== Segment start ==
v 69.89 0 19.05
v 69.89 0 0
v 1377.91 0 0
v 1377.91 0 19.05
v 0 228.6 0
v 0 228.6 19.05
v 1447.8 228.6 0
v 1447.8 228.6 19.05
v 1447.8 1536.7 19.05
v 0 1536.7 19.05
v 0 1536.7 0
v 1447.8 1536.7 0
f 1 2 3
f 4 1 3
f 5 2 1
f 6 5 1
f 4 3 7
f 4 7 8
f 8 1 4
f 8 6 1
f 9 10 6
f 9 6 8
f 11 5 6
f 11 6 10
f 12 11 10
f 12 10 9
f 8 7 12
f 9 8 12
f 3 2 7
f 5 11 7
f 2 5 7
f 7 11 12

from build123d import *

# Parameters (mm, degrees)
F0_W       = 1447.8
F0_H       = 1536.7
F1_DEPTH   = 19.05
F2_SIZE2   = 69.8900337814
F2_SIZE    = 228.6
F2_2_SIZE2 = 69.8900337814
F2_2_SIZE  = 228.6


with BuildPart() as f1:
    # F0 (on Top) → F1 (new body)
    with BuildSketch(Plane.XY):
        with Locations((723.9, 768.35)):
            Rectangle(F0_W, F0_H)
    extrude(amount=F1_DEPTH)

    # F2
    f2_edges = [f1.edges().sort_by_distance(p)[0] for p in [
        (1447.8, 0, 9.525),
    ]]
    f2_side = f1.faces().sort_by_distance((1447.8, 768.35, 9.525))[0]
    chamfer(f2_edges, length=F2_SIZE, length2=F2_SIZE2, reference=f2_side)

    # F2#2
    f2_2_edges = [f1.edges().sort_by_distance(p)[0] for p in [
        (0, 0, 9.525),
    ]]
    f2_2_side = f1.faces().sort_by_distance((0, 768.35, 9.525))[0]
    chamfer(f2_2_edges, length=F2_2_SIZE, length2=F2_2_SIZE2, reference=f2_2_side)


solid = f1.part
== Segment end ==
How to complete this task: Please retype all of the records above exactly as they are.

Solution to this task:
v 69.89 0 19.05
v 69.89 0 0
v 1377.91 0 0
v 1377.91 0 19.05
v 0 228.6 0
v 0 228.6 19.05
v 1447.8 228.6 0
v 1447.8 228.6 19.05
v 1447.8 1536.7 19.05
v 0 1536.7 19.05
v 0 1536.7 0
v 1447.8 1536.7 0
f 1 2 3
f 4 1 3
f 5 2 1
f 6 5 1
f 4 3 7
f 4 7 8
f 8 1 4
f 8 6 1
f 9 10 6
f 9 6 8
f 11 5 6
f 11 6 10
f 12 11 10
f 12 10 9
f 8 7 12
f 9 8 12
f 3 2 7
f 5 11 7
f 2 5 7
f 7 11 12

from build123d import *

# Parameters (mm, degrees)
F0_W       = 1447.8
F0_H       = 1536.7
F1_DEPTH   = 19.05
F2_SIZE2   = 69.8900337814
F2_SIZE    = 228.6
F2_2_SIZE2 = 69.8900337814
F2_2_SIZE  = 228.6


with BuildPart() as f1:
    # F0 (on Top) → F1 (new body)
    with BuildSketch(Plane.XY):
        with Locations((723.9, 768.35)):
            Rectangle(F0_W, F0_H)
    extrude(amount=F1_DEPTH)

    # F2
    f2_edges = [f1.edges().sort_by_distance(p)[0] for p in [
        (1447.8, 0, 9.525),
    ]]
    f2_side = f1.faces().sort_by_distance((1447.8, 768.35, 9.525))[0]
    chamfer(f2_edges, length=F2_SIZE, length2=F2_SIZE2, reference=f2_side)

    # F2#2
    f2_2_edges = [f1.edges().sort_by_distance(p)[0] for p in [
        (0, 0, 9.525),
    ]]
    f2_2_side = f1.faces().sort_by_distance((0, 768.35, 9.525))[0]
    chamfer(f2_2_edges, length=F2_2_SIZE, length2=F2_2_SIZE2, reference=f2_2_side)


solid = f1.part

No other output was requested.